The memes are really painful now. I feel for the team that's is trying to survive underwater.

[-]
- renegade-otter an hour ago ago
  
  With management screaming down their necks:
  YOU NEED TO USE MOAR AI!
- nojonestownpls 4 minutes ago ago
  
  $250k can do a good job of easing meme-induced pain.
  "survive underwater" what a joke. Yes, there will be good engineers there who will be sad to see it go this way, but they choose to be there, get paid better than 99% of humanity for that.
Gigacore an hour ago ago

It is funny how weekends are almost always up!
faangguyindia an hour ago ago

All these companies brag about being hyperscalers and cannot scale github.
Similarly, i see google releasing advancement after advancement in LLM yet i see antigravity sub where people are crying all time.
cyanydeez 2 hours ago ago

double entendre: Is it load based or github-employee based that weekends are sparser.
or just a multifactor of both.

[-]
- globular-toast 2 hours ago ago
  
  Didn't they blame "AI" for the increased load?

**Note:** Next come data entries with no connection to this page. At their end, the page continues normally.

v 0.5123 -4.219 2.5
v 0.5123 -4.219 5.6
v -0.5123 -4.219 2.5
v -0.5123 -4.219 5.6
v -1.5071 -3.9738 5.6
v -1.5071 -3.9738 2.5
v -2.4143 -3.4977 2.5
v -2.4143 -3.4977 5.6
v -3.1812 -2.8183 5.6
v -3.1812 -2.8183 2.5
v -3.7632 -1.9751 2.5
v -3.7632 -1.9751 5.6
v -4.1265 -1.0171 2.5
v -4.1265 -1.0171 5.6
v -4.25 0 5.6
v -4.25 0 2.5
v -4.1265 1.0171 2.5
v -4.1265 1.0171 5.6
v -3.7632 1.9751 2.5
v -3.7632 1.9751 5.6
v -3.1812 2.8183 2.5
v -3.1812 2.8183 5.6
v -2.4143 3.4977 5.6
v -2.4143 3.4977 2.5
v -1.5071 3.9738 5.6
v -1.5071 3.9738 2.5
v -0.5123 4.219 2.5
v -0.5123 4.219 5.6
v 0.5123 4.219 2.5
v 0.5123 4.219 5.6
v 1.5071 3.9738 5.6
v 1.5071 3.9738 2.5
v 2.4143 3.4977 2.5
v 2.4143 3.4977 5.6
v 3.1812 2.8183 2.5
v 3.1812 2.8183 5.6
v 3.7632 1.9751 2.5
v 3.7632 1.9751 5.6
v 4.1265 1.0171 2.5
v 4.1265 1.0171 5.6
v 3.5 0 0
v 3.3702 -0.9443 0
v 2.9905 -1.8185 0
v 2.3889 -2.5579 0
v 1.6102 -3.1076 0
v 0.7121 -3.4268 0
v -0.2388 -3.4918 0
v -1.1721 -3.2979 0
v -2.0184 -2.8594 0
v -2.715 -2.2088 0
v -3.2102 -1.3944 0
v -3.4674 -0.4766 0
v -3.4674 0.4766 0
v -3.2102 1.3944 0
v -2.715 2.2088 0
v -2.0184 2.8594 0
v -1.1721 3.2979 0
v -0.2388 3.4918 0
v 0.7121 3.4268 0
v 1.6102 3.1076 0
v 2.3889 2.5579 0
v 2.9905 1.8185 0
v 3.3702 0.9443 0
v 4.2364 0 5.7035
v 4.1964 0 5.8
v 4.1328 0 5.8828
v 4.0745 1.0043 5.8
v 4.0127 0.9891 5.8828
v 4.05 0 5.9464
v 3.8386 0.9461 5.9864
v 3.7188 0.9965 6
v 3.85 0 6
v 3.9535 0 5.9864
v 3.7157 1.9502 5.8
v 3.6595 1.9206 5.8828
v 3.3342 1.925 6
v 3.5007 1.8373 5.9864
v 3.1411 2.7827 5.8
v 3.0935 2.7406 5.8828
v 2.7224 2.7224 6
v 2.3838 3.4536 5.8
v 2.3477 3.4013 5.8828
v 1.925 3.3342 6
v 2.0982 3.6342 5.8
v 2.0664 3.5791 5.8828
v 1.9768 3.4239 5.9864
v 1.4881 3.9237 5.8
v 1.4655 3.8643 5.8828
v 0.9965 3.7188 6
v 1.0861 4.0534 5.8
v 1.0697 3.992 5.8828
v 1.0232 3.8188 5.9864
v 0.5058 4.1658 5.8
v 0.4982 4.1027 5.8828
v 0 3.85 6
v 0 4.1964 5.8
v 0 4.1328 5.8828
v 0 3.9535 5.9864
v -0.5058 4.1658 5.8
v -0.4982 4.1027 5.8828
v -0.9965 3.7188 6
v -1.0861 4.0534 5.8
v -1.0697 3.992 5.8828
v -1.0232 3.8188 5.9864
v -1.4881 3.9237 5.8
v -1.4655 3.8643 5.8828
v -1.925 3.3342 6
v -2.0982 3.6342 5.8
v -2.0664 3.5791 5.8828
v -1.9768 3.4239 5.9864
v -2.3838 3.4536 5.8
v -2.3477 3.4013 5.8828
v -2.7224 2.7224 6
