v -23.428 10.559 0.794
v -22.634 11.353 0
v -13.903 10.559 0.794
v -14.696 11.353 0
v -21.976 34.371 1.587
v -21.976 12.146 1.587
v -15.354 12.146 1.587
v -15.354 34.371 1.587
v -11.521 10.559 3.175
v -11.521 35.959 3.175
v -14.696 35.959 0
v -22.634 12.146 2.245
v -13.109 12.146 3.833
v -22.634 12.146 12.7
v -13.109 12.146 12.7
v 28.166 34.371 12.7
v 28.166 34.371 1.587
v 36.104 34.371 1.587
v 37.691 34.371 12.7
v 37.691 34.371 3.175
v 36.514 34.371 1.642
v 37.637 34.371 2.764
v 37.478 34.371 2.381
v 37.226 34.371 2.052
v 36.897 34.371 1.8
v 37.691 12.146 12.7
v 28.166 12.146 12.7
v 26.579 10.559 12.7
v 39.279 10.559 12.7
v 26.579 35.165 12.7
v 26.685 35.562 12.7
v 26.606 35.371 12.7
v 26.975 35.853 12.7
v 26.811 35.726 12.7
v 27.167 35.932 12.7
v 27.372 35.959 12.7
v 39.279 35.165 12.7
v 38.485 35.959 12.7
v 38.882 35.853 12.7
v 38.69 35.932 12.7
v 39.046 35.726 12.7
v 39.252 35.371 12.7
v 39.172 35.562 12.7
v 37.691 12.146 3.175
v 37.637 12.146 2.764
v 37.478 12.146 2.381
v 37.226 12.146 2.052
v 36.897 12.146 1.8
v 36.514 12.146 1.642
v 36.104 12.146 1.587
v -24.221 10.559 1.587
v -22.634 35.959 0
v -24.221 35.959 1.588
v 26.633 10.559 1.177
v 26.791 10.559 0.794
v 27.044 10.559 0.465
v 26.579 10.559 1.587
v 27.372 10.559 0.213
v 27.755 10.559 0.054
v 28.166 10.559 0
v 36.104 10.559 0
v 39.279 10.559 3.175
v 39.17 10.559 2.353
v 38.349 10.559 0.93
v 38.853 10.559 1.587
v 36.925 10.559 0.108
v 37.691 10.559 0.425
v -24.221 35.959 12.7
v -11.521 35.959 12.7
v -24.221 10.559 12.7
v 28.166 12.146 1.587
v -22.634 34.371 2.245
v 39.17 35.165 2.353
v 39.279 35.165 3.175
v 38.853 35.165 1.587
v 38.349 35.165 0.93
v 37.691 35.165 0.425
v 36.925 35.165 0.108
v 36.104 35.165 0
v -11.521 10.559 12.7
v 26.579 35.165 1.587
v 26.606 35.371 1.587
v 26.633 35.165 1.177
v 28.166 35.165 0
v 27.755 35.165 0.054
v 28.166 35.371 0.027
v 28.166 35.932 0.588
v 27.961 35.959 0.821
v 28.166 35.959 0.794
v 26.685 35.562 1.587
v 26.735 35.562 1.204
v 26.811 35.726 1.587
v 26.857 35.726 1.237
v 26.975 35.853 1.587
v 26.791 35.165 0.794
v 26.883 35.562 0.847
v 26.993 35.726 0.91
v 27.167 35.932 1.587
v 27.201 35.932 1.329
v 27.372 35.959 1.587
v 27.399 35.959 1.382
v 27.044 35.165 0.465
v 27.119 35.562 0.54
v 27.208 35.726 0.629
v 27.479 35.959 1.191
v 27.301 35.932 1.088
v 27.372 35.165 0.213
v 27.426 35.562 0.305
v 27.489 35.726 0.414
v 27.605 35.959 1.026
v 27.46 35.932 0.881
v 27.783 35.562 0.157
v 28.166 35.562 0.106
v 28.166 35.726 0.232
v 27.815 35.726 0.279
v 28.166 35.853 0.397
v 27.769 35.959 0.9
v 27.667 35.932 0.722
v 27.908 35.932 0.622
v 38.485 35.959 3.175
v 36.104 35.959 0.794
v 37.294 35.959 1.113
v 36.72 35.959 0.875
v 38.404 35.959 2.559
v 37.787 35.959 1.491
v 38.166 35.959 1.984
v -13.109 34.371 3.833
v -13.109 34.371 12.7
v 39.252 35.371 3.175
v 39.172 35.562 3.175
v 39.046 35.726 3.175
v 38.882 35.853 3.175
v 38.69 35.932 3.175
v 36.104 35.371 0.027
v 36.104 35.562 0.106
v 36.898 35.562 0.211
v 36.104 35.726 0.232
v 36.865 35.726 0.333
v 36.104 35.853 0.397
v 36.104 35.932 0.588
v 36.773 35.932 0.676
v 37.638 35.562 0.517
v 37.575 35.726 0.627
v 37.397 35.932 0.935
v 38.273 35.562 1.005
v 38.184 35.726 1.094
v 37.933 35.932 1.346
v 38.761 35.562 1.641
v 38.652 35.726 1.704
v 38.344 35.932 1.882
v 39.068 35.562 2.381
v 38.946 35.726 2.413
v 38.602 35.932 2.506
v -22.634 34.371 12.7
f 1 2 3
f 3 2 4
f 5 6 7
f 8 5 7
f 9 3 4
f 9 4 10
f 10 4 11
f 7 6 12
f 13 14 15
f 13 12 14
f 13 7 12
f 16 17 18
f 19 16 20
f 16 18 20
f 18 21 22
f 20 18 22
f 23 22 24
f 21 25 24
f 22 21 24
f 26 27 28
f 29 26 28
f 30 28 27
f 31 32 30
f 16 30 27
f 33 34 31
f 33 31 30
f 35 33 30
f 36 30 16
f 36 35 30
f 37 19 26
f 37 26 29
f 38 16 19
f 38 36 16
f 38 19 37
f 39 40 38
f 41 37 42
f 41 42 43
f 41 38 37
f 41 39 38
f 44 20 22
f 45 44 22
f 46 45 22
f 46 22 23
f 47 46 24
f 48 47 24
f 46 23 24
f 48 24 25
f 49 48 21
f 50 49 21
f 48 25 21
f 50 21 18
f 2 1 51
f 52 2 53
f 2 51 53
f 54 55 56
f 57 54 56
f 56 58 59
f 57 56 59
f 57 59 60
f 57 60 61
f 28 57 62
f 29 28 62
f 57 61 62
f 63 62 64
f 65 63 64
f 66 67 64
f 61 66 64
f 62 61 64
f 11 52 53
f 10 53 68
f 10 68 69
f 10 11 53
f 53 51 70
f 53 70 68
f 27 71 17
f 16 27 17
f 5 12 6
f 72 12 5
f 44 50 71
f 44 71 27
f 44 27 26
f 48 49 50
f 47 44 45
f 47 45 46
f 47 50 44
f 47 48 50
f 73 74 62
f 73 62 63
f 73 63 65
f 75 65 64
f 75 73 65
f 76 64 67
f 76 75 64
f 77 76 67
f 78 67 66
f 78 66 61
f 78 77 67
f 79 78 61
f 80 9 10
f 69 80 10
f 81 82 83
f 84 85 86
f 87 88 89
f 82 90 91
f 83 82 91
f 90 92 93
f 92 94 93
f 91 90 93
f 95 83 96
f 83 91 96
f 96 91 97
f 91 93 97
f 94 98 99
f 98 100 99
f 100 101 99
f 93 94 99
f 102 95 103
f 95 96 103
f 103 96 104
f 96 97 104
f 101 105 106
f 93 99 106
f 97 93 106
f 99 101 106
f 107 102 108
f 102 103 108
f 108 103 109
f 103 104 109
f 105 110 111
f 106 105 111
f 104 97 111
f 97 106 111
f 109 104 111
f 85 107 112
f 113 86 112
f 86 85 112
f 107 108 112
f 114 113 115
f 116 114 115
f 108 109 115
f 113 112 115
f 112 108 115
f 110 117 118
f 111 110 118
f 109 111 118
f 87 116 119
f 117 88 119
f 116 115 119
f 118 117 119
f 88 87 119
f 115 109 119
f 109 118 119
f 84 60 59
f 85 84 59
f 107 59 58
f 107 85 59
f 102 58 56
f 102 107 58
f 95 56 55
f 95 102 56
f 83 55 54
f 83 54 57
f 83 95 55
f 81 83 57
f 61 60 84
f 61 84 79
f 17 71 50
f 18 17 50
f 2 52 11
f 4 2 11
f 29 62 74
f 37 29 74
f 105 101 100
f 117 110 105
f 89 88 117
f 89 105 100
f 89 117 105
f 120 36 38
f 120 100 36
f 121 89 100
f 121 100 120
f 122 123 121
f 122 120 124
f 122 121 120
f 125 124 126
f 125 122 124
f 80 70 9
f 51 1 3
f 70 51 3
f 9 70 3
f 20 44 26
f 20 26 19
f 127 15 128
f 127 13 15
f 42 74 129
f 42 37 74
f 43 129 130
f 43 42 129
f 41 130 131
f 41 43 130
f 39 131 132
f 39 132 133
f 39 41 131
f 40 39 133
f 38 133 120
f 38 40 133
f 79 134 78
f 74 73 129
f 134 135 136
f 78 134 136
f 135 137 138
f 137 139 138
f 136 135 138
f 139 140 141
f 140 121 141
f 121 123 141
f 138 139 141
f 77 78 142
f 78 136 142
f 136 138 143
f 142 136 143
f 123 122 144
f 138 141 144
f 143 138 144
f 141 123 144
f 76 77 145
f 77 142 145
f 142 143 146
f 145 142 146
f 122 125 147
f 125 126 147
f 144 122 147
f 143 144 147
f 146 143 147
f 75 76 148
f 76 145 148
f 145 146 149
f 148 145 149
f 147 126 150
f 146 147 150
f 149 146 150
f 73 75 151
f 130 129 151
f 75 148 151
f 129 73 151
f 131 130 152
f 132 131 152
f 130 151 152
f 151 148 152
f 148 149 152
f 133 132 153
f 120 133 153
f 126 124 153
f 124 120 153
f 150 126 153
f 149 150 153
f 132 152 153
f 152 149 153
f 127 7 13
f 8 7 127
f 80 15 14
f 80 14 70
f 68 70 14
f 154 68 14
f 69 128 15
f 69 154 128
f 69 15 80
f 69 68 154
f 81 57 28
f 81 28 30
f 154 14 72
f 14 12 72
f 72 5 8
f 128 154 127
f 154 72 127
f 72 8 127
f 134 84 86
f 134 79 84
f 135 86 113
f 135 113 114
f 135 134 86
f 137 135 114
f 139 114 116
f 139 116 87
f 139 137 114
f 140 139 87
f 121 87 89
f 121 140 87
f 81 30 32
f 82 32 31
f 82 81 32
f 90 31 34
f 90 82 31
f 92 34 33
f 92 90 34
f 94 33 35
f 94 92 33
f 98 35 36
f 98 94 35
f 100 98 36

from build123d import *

# Parameters (mm, degrees)
F0_W     = 12.7
F0_H     = 25.4
F1_DEPTH = 12.7
F3_SIZE  = 3.175
F4_SIZE  = 1.5875
F5_SIZE  = 0.79375
F6_T     = -1.5875
F7_R     = 3.175
F8_R     = 1.5875
F9_R     = 0.79375
F10_T    = 1.5875


# Not quite as in the source:
# - a shell that OpenCascade refuses in one call is made with other operations: the cavity is built on its own and cut out


with BuildPart() as f1:
    # F0 (on Top) → F1 (new body)
    with BuildSketch(Plane.XY):
        with Locations((-17.8713803947, 23.258962822)):
            Rectangle(F0_W, F0_H)
    extrude(amount=F1_DEPTH)


with BuildPart() as f2_1:
    # F2: copy of F1
    add(f1.part.moved(Location((50.8, 0, 0))))

    # F7
    f7_edges = [f2_1.edges().sort_by_distance(p)[0] for p in [
        (39.27862, 23.258963, 0),
    ]]
    fillet(f7_edges, radius=F7_R)

    # F8
    f8_edges = [f2_1.edges().sort_by_distance(p)[0] for p in [
        (26.57862, 23.258963, 0),
    ]]
    fillet(f8_edges, radius=F8_R)

    # F9
    f9_edges = [f2_1.edges().sort_by_distance(p)[0] for p in [
        (32.13487, 35.958963, 0),
    ]]
    fillet(f9_edges, radius=F9_R)

    # F10: shell of thickness 1.5875, made by hand


with BuildPart() as f1_1:
    add(f1.part)

    # F3
    f3_edges = [f1_1.edges().sort_by_distance(p)[0] for p in [
        (-11.52138, 23.258963, 0),
    ]]
    chamfer(f3_edges, length=F3_SIZE)

    # F4
    f4_edges = [f1_1.edges().sort_by_distance(p)[0] for p in [
        (-24.22138, 23.258963, 0),
    ]]
    chamfer(f4_edges, length=F4_SIZE)

    # F5
    f5_edges = [f1_1.edges().sort_by_distance(p)[0] for p in [
        (-18.66513, 10.558963, 0),
    ]]
    chamfer(f5_edges, length=F5_SIZE)

    # F6
    f6_openings = [f1_1.faces().sort_by_distance(p)[0] for p in [
        (-17.87138, 23.258963, 12.7),
    ]]
    offset(amount=F6_T, openings=f6_openings)


with BuildPart() as f10_core1:
    # F10_t2: copy of F2_1
    add(f2_1.part)

    # the walls: a layer under each face that stays
    f10_faces = [f10_core1.faces().sort_by_distance(p)[0] for p in [
        (32.9286196053, 35.958962822, 6.746875),
        (39.2786196053, 22.862087822, 7.9375),
        (26.5786196053, 22.862087822, 7.14375),
        (32.9286196053, 10.558962822, 6.35),
        (38.3486836356, 22.862087822, 0.9299359697),
        (32.1348696053, 22.862087822, 0),
    ]]
    thicken(f10_faces, amount=-F10_T, mode=Mode.SUBTRACT)


with BuildPart() as f2_1_1:
    add(f2_1.part)

    # what is left inside the walls is the cavity
    f10_cavity = [f10_core1.part.solids().sort_by_distance(p)[0] for p in [
        (28.181995, 23.258963, 8.995833),
    ]]
    add(f10_cavity, mode=Mode.SUBTRACT)


solid = Compound([f1_1.part, f2_1_1.part])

I'm not sure why AI usage would be more during the week than the weekend, but it could be.
  It does look like Friday outages were a bit rarer, which could be due to having a "no deployments on Friday" rule.
  
  [-]
  - mirekrusin 2 hours ago ago
    
    From the chart it seems they should have policy to deploy on weekends only.
- Shoetp 2 hours ago ago
  
  Yes
airstrike 2 hours ago ago

can you correlate this to data on # of commits, actions, etc?
WesSouza an hour ago ago

Well done.
ramon156 2 hours ago ago

Please tell me this makes sense
This website has no overused ai-generated animations and... I quite enjoy it. The original website[1] has a fade-in animation, big round cards, shadows, all the jazz you can think of, it's there.
This site is very readable, very honest and sober. I don't need to sift through buzzwords to figure out tiny details.
Thank you, OP!
1: https://mrshu.github.io/github-statuses/
philprx 2 hours ago ago

"Good job, Microsoft, amazing uptime."
rvz an hour ago ago

Another reminder that a self hosted git repository would have more uptime than GitHub and centralizing everything to GitHub was a very bad idea. [0]
[0] https://news.ycombinator.com/item?id=22867803
Fokamul 2 hours ago ago

Clearly their team needs more LLM usage.